I had to work this am started at 7am my sistr and son came into town and we went shopping got some new movies and new shoes( please feet don't hurt tomorrow) then we did some food shopping. My sister and son drop me off at my car I went into get subway sandwhiches. I have a 40mile drive home and about 4.5 miles from home the neighbors dog is hurt along side the road. I turned around and got him into the car he is limping no blood he is skinny too. I drive up their house the old man comes out I tell him his dog is hurt and I have him the car he said well let me get my gun. " you are going to shoot him. Why did you let him run?" He went off on me. Dogs are free animals they are not to tied up. This guys lives on a busy road plus no cops so enforcement of the speed limit. Well 45( possible Chessie/lab) that is what I am calling him is out in the barn. He is a strickly outside dog so I didn't think he would do well in the warm house. He has a whole straw bale plus a blanket. I will look at him better tomorrow no light in the barn. I hope the shelter can take him. I really don't need to work an adult dog into the household. He is a pretty boy but he isn't neutered either and Vendetta and Prada are not spayed.


----------



## mcmlxxxvii (Jul 29, 2010)

eek. i'm surprised he even let you take the dog. glad he's being looked after properly now.


----------



## MY MIKADO (Apr 7, 2006)

He is a jerk to say the least. About 2yrs ago the school bus hit one of the dogs. It was horrible. The lady ( if you can call someone like that a lady). Said well if it is dead the birds( meaning the eagles/crows/ravens adn owls) will clean it up. The is just so wrong. I wish they wouldn't get any other dogs.


----------



## Saint Francis (Jun 2, 2010)

D*mn Sharon, I HATE hearing this story!!! At least this pup ended up in the hands of someone who cares. I know that it is very inconvient, but there's always a reason why this crap happens. My mom always tells me, when similar situations arise in my life, that instead of being upset with the world or God for allowing this to occur, that I should be proud that God steared this creature my way. She says that God trusts these animals, his greatest gifts, to me. Keep an eye on the pup and things will work themselves out BTW, a gun should probably have been used, but not on the dog I'll keep you guys in my prayers.
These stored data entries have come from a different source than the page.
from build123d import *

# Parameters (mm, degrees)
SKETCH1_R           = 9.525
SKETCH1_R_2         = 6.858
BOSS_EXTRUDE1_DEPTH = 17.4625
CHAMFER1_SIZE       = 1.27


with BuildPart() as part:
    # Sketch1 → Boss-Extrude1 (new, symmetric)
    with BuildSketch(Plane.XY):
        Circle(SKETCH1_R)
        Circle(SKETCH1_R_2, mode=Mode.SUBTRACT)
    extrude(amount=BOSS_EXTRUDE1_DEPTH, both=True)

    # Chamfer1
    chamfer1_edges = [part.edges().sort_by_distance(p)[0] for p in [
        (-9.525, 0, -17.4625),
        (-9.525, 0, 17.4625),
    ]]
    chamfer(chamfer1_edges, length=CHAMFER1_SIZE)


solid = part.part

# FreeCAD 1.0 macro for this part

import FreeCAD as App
import Part
import Sketcher

V = App.Vector
Q = App.Units.Quantity


def edges_at(feature, points):
    """Names of the edges that pass closest to the given points."""
    edges = feature.Shape.Edges
    near = lambda p: min(range(len(edges)), key=lambda i: edges[i].distToShape(Part.Vertex(*p))[0])
    return sorted({f"Edge{near(p) + 1}" for p in points})

doc = App.newDocument("Part")
params = doc.addObject("Spreadsheet::Sheet", "Params")
for row, (alias, value) in enumerate([
    ("sketch1_diameter", "0.75 in"),
    ("sketch1_diameter2", "0.54 in"),
    ("pad1_length", "1.375 in"),
    ("chamfer_size", "0.05 in"),
], start=1):
    params.set(f"A{row}", alias)
    params.set(f"B{row}", "=" + value)
    params.setAlias(f"B{row}", alias)

body = doc.addObject("PartDesign::Body", "Body")

# Sketch on XY plane
sketch1 = body.newObject("Sketcher::SketchObject", "Sketch")
sketch1.AttachmentSupport = (doc.getObject("XY_Plane"), [""])
sketch1.MapMode = "FlatFace"
sketch1.addGeometry([
    Part.Circle(V(0, 0, 0), V(0, 0, 1), 10),
    Part.Circle(V(0, 0, 0), V(0, 0, 1), 7),
], False)
sketch1.addConstraint([
    Sketcher.Constraint("Coincident", 0, 3, -1, 1),
    Sketcher.Constraint("Coincident", 1, 3, -1, 1),
    Sketcher.Constraint("Diameter", 0, Q("0.75 in")),
    Sketcher.Constraint("Diameter", 1, Q("0.54 in")),
])
sketch1.setExpression("Constraints[2]", "Params.sketch1_diameter")
sketch1.setExpression("Constraints[3]", "Params.sketch1_diameter2")
pad1 = body.newObject("PartDesign::Pad", "Pad")
pad1.Profile = sketch1
pad1.setExpression("Length", "Params.pad1_length")
pad1.Midplane = True
doc.recompute()

chamfer = body.newObject("PartDesign::Chamfer", "Chamfer")
chamfer.Base = (pad1, edges_at(pad1, [(-9.525, 0, -17.462), (-9.525, 0, 17.462)]))
chamfer.setExpression("Size", "Params.chamfer_size")

doc.recompute()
Poor pup, disgusting man. Sorry Sharon to hear this, it's not right


----------



## MY MIKADO (Apr 7, 2006)

Thanks Christian, I wish it were a pup it would work better into the household I might keep him ut he is older and I am not sure how this will affect Vendetta. So far my girl only dislikes one dog around here that is an easy fix. I know this guy is good around cattle and chickens. I guess we will find about goats soon enough. 
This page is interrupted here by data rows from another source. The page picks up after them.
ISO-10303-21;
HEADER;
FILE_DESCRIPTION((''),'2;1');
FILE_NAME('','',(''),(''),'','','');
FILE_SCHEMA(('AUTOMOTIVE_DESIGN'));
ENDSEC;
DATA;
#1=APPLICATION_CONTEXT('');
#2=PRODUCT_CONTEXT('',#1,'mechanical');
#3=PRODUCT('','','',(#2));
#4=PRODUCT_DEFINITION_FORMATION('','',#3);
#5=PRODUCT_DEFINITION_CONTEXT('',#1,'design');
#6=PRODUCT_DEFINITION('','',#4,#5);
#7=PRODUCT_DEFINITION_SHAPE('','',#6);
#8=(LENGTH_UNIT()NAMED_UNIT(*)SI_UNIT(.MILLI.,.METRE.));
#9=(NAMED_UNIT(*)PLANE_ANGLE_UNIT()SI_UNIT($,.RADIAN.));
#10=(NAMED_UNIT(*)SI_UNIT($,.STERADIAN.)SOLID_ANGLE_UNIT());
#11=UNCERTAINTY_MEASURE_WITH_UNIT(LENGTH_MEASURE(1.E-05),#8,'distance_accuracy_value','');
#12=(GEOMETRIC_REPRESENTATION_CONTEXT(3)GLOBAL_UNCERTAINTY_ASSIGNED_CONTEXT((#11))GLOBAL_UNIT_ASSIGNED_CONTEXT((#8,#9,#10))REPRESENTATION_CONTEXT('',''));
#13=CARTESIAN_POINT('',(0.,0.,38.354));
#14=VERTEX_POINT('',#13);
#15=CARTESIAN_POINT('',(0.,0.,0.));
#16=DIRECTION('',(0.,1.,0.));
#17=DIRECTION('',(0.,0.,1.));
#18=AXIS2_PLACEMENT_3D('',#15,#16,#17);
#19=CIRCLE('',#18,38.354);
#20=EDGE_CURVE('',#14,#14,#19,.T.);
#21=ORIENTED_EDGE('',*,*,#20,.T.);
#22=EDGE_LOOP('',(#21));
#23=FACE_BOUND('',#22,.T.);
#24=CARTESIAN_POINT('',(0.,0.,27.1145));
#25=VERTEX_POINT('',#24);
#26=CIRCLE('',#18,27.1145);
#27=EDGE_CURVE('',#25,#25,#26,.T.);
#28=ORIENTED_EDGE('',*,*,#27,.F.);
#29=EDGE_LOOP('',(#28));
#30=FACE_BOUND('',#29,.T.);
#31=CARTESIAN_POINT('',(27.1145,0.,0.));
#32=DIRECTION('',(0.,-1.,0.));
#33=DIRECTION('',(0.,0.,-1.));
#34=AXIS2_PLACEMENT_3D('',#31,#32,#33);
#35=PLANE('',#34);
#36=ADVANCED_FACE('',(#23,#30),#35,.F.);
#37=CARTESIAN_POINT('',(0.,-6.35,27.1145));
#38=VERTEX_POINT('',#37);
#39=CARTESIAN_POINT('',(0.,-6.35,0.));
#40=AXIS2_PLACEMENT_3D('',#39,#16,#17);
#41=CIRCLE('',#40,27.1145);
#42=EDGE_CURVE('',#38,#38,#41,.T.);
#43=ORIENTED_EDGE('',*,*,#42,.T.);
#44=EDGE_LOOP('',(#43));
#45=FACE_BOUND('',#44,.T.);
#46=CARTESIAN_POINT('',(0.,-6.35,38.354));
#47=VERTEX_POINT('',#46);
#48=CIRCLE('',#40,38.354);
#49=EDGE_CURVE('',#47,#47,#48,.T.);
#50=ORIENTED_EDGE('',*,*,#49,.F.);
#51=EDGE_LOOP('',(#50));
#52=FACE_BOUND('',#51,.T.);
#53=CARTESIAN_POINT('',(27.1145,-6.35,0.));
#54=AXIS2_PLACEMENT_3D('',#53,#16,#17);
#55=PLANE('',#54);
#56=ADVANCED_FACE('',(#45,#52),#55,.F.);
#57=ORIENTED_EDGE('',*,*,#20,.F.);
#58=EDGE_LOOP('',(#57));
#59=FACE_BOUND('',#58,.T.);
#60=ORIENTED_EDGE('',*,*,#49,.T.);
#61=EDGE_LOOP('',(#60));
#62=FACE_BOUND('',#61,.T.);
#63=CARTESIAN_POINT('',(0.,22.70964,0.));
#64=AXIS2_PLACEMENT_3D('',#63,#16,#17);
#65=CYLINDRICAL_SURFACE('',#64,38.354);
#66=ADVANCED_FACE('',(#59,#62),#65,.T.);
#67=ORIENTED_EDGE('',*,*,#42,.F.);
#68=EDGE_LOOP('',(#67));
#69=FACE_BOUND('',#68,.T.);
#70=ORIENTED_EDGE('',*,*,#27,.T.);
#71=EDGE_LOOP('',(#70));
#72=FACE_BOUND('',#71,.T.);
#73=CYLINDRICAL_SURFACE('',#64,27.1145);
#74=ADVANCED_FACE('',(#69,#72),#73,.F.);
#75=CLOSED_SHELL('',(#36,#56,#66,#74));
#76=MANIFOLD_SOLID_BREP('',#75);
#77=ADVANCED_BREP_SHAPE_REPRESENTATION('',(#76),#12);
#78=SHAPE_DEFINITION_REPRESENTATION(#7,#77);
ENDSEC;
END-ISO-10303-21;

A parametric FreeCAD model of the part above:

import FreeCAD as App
import Part
import Sketcher
Q = App.Units.Quantity


def add_polygon(sketch, points):
    """Adds a closed chain of lines whose ends are joined by coincident constraints."""
    first, n = sketch.GeometryCount, len(points)
    for a, b in zip(points, points[1:] + points[:1]):
        sketch.addGeometry(Part.LineSegment(App.Vector(*a, 0), App.Vector(*b, 0)), False)
    for i in range(n):
        sketch.addConstraint(Sketcher.Constraint("Coincident", first + i, 2, first + (i + 1) % n, 1))

doc = App.newDocument("Part")
params = doc.addObject("Spreadsheet::Sheet", "Params")
for row, (alias, value) in enumerate([
    ("sketch1_height", "0.25 in"),
    ("revolution_angle", "360 deg"),
], start=1):
    params.set(f"A{row}", alias)
    params.set(f"B{row}", "=" + value)
    params.setAlias(f"B{row}", alias)

body = doc.addObject("PartDesign::Body", "Body")

# Sketch on XY plane
sketch1 = body.newObject("Sketcher::SketchObject", "Sketch")
sketch1.AttachmentSupport = (doc.getObject("XY_Plane"), [""])
sketch1.MapMode = "FlatFace"
add_polygon(sketch1, [(27, 0), (27, -6), (38, -6), (38, 0)])  # lines 0-3
sketch1.addConstraint([
    Sketcher.Constraint("Vertical", 0),
    Sketcher.Constraint("Horizontal", 1),
    Sketcher.Constraint("Vertical", 2),
    Sketcher.Constraint("Horizontal", 3),
    Sketcher.Constraint("PointOnObject", 2, 2, -1),
    Sketcher.Constraint("DistanceY", 0, 2, 0, 1, Q("0.25 in")),
    Sketcher.Constraint("DistanceX", -1, 1, 1, 2, Q("1.51 in")),
    Sketcher.Constraint("DistanceX", 1, 1, 1, 2, Q("0.4425 in")),
])
sketch1.setExpression("Constraints[9]", "Params.sketch1_height")
revolution = body.newObject("PartDesign::Revolution", "Revolution")
revolution.Profile = sketch1
revolution.ReferenceAxis = (sketch1, ["V_Axis"])
revolution.setExpression("Angle", "Params.revolution_angle")

doc.recompute()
I will have my son take some pictures tomorrow and I will get them up here. 45 is a handsome boy.


----------



## Saint Francis (Jun 2, 2010)

I have a habit of calling all dogs "pups", IDK I just think "dog" is belittling them somehow and "pup" is more compassionate or something. My hang up I guess In my book, Sharon, no heart = no pup, end of story...but we all know that any shmuck can own a pup. "Owning", however, should entail caring. It really stinks. When I was little, I always wanted to be an animal, but now that I'm older and more jaded, I just couldn't survive in their world. I guess that's why I'm so empathetic toward these creatures.


----------



## MY MIKADO (Apr 7, 2006)

I was told that some believe that when you are cruel to an animal god makes you come back as one and the horrile deed you inflicted on that creature would inflicted on you. At first I thought it was a good thing but the more I think about the more I realize that this serves no purpose. Other than maybe making someone think before they do harm. But if they do harm to an animal and they come back and have harm done to them it is still animal that suffers. 

I can not stand cruelity to animals, young people and old people. What kind of a sick mind would think it was okay to hurt someone else. man we live in a messed up world.


----------



## Saint Francis (Jun 2, 2010)

MY MIKADO said:


> I was told that some believe that when you are cruel to an animal god makes you come back as one and the horrile deed you inflicted on that creature would inflicted on you. At first I thought it was a good thing but the more I think about the more I realize that this serves no purpose. Other than maybe making someone think before they do harm. But if they do harm to an animal and they come back and have harm done to them it is still animal that suffers.
> 
> I can not stand cruelity to animals, young people and old people. What kind of a sick mind would think it was okay to hurt someone else. man we live in a messed up world.


Yes we do Sharon The only thing we can do is clean up our little piece of it, and hope others do the same. Get some sleep my friend.


----------



## Lex's Guardian (Aug 8, 2009)

Wow! Have you thought about reporting this *ehem* person?


----------



## jayandlacy (Sep 21, 2009)

Yeah this is exactly why people are my fav!! NOT!!! you are an example of how people should behave, if more people would just step it up a notch.....poor guy, either way keep us posted, let us know what you end up doing, and can't wait to see pics of the poor dog.


----------



## American_Pit13 (Apr 23, 2007)

Poor pup, hopefully the shelter can take him. At least you helped him for now. People like that piss me off. I had an an argument with someone down the road today who doesn't believe she is required to contain her dog.


----------



## MY MIKADO (Apr 7, 2006)

Report him to who??? It would be the sheriffs dept if I did and that could cause problems down the line. I have to protect my animals and my home too. 45 is doing okay. We had some pain killers left over from another dog so he got two of those we have enough to give him tomorrow too. If the shelter can not take him I will call the vet and see if he can look at him. I will get him on the waiting list for the shelter. He managed to get out of the goats birthing pen so he isn't hurt too bad. It is right front leg he is having trouble moving. I brought home hamburger and we made him rice and hamburger with lots of a gravy broth to keep him hydrated. Pic will be up tomorrow.


----------



## Saint Francis (Jun 2, 2010)

Way to go Sharon, you're doing a good job You are a terrific person.


----------